╭─ Data extract

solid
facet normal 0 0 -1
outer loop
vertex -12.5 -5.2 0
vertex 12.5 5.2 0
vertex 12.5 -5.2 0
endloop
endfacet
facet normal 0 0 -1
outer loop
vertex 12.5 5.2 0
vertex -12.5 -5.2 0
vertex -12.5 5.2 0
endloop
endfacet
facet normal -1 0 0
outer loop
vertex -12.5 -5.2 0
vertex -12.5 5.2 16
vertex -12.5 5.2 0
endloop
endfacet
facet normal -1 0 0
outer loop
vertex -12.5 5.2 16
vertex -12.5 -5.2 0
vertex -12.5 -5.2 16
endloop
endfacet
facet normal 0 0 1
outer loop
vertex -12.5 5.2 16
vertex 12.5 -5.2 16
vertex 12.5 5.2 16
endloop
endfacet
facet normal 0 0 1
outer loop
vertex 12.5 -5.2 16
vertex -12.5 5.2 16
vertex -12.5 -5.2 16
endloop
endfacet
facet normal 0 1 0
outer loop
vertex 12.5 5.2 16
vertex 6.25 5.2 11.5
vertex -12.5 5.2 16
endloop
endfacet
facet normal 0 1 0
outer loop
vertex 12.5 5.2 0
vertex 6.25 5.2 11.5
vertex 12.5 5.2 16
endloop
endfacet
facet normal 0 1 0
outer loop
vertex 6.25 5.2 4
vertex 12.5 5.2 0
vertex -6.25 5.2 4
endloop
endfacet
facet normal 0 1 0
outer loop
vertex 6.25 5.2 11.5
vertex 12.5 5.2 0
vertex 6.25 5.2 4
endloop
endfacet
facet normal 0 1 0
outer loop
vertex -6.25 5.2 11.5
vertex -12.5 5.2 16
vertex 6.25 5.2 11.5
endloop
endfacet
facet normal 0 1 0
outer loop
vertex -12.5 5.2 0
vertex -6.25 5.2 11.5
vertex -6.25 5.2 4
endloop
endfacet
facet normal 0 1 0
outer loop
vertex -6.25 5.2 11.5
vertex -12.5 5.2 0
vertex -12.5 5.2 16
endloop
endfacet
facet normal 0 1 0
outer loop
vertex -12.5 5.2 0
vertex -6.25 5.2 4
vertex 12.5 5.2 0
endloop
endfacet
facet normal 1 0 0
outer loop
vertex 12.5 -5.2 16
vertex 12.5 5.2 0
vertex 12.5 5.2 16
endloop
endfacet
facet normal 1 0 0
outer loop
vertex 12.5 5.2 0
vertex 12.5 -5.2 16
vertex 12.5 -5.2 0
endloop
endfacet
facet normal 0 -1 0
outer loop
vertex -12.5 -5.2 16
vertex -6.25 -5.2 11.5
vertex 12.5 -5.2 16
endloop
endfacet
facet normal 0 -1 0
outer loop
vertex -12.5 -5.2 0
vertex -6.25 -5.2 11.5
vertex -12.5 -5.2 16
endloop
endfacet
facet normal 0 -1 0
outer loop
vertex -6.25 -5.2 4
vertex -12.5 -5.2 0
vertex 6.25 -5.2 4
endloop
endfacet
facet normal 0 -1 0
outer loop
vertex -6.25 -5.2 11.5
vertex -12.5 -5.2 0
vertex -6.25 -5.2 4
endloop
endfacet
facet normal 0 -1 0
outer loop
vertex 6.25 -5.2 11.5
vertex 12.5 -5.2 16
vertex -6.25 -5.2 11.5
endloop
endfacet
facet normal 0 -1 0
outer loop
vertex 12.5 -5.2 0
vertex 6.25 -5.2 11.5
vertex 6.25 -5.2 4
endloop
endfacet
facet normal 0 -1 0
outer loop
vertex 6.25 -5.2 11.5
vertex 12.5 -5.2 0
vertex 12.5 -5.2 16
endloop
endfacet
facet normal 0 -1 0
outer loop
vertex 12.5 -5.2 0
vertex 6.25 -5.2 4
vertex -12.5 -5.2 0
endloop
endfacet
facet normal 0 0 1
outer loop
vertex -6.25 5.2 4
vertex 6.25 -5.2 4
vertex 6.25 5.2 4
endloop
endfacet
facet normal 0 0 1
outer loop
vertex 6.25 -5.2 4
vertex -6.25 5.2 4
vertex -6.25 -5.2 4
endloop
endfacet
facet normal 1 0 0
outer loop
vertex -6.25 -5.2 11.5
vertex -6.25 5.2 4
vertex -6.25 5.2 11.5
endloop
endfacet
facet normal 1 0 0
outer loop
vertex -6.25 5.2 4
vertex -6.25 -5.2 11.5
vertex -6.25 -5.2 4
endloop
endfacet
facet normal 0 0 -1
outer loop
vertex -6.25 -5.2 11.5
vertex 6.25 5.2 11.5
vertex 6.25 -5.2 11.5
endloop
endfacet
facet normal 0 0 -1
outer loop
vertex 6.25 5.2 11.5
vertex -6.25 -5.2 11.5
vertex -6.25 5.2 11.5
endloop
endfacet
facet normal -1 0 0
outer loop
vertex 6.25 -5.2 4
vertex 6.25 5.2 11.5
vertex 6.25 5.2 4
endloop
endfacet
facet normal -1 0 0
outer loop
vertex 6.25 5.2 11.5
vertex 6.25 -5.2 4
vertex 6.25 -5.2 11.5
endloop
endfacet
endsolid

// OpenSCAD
// Shape
width = 25;
height = 16;
length = 15.4 - 5;

// Hole
hole_width = 12.5;
hole_height = 7.5;


difference() {
    linear_extrude(height)
    square([width,length], center=true);
    
    translate([0,0,4])
    linear_extrude(hole_height)
    square([hole_width, length+1], center=true);
}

╰─

## Directions
Give the material again in full, exactly as it appears above.

## Output for this task
solid
facet normal 0 0 -1
outer loop
vertex -12.5 -5.2 0
vertex 12.5 5.2 0
vertex 12.5 -5.2 0
endloop
endfacet
facet normal 0 0 -1
outer loop
vertex 12.5 5.2 0
vertex -12.5 -5.2 0
vertex -12.5 5.2 0
endloop
endfacet
facet normal -1 0 0
outer loop
vertex -12.5 -5.2 0
vertex -12.5 5.2 16
vertex -12.5 5.2 0
endloop
endfacet
facet normal -1 0 0
outer loop
vertex -12.5 5.2 16
vertex -12.5 -5.2 0
vertex -12.5 -5.2 16
endloop
endfacet
facet normal 0 0 1
outer loop
vertex -12.5 5.2 16
vertex 12.5 -5.2 16
vertex 12.5 5.2 16
endloop
endfacet
facet normal 0 0 1
outer loop
vertex 12.5 -5.2 16
vertex -12.5 5.2 16
vertex -12.5 -5.2 16
endloop
endfacet
facet normal 0 1 0
outer loop
vertex 12.5 5.2 16
vertex 6.25 5.2 11.5
vertex -12.5 5.2 16
endloop
endfacet
facet normal 0 1 0
outer loop
vertex 12.5 5.2 0
vertex 6.25 5.2 11.5
vertex 12.5 5.2 16
endloop
endfacet
facet normal 0 1 0
outer loop
vertex 6.25 5.2 4
vertex 12.5 5.2 0
vertex -6.25 5.2 4
endloop
endfacet
facet normal 0 1 0
outer loop
vertex 6.25 5.2 11.5
vertex 12.5 5.2 0
vertex 6.25 5.2 4
endloop
endfacet
facet normal 0 1 0
outer loop
vertex -6.25 5.2 11.5
vertex -12.5 5.2 16
vertex 6.25 5.2 11.5
endloop
endfacet
facet normal 0 1 0
outer loop
vertex -12.5 5.2 0
vertex -6.25 5.2 11.5
vertex -6.25 5.2 4
endloop
endfacet
facet normal 0 1 0
outer loop
vertex -6.25 5.2 11.5
vertex -12.5 5.2 0
vertex -12.5 5.2 16
endloop
endfacet
facet normal 0 1 0
outer loop
vertex -12.5 5.2 0
vertex -6.25 5.2 4
vertex 12.5 5.2 0
endloop
endfacet
facet normal 1 0 0
outer loop
vertex 12.5 -5.2 16
vertex 12.5 5.2 0
vertex 12.5 5.2 16
endloop
endfacet
facet normal 1 0 0
outer loop
vertex 12.5 5.2 0
vertex 12.5 -5.2 16
vertex 12.5 -5.2 0
endloop
endfacet
facet normal 0 -1 0
outer loop
vertex -12.5 -5.2 16
vertex -6.25 -5.2 11.5
vertex 12.5 -5.2 16
endloop
endfacet
facet normal 0 -1 0
outer loop
vertex -12.5 -5.2 0
vertex -6.25 -5.2 11.5
vertex -12.5 -5.2 16
endloop
endfacet
facet normal 0 -1 0
outer loop
vertex -6.25 -5.2 4
vertex -12.5 -5.2 0
vertex 6.25 -5.2 4
endloop
endfacet
facet normal 0 -1 0
outer loop
vertex -6.25 -5.2 11.5
vertex -12.5 -5.2 0
vertex -6.25 -5.2 4
endloop
endfacet
facet normal 0 -1 0
outer loop
vertex 6.25 -5.2 11.5
vertex 12.5 -5.2 16
vertex -6.25 -5.2 11.5
endloop
endfacet
facet normal 0 -1 0
outer loop
vertex 12.5 -5.2 0
vertex 6.25 -5.2 11.5
vertex 6.25 -5.2 4
endloop
endfacet
facet normal 0 -1 0
outer loop
vertex 6.25 -5.2 11.5
vertex 12.5 -5.2 0
vertex 12.5 -5.2 16
endloop
endfacet
facet normal 0 -1 0
outer loop
vertex 12.5 -5.2 0
vertex 6.25 -5.2 4
vertex -12.5 -5.2 0
endloop
endfacet
facet normal 0 0 1
outer loop
vertex -6.25 5.2 4
vertex 6.25 -5.2 4
vertex 6.25 5.2 4
endloop
endfacet
facet normal 0 0 1
outer loop
vertex 6.25 -5.2 4
vertex -6.25 5.2 4
vertex -6.25 -5.2 4
endloop
endfacet
facet normal 1 0 0
outer loop
vertex -6.25 -5.2 11.5
vertex -6.25 5.2 4
vertex -6.25 5.2 11.5
endloop
endfacet
facet normal 1 0 0
outer loop
vertex -6.25 5.2 4
vertex -6.25 -5.2 11.5
vertex -6.25 -5.2 4
endloop
endfacet
facet normal 0 0 -1
outer loop
vertex -6.25 -5.2 11.5
vertex 6.25 5.2 11.5
vertex 6.25 -5.2 11.5
endloop
endfacet
facet normal 0 0 -1
outer loop
vertex 6.25 5.2 11.5
vertex -6.25 -5.2 11.5
vertex -6.25 5.2 11.5
endloop
endfacet
facet normal -1 0 0
outer loop
vertex 6.25 -5.2 4
vertex 6.25 5.2 11.5
vertex 6.25 5.2 4
endloop
endfacet
facet normal -1 0 0
outer loop
vertex 6.25 5.2 11.5
vertex 6.25 -5.2 4
vertex 6.25 -5.2 11.5
endloop
endfacet
endsolid

// OpenSCAD
// Shape
width = 25;
height = 16;
length = 15.4 - 5;

// Hole
hole_width = 12.5;
hole_height = 7.5;


difference() {
    linear_extrude(height)
    square([width,length], center=true);
    
    translate([0,0,4])
    linear_extrude(hole_height)
    square([hole_width, length+1], center=true);
}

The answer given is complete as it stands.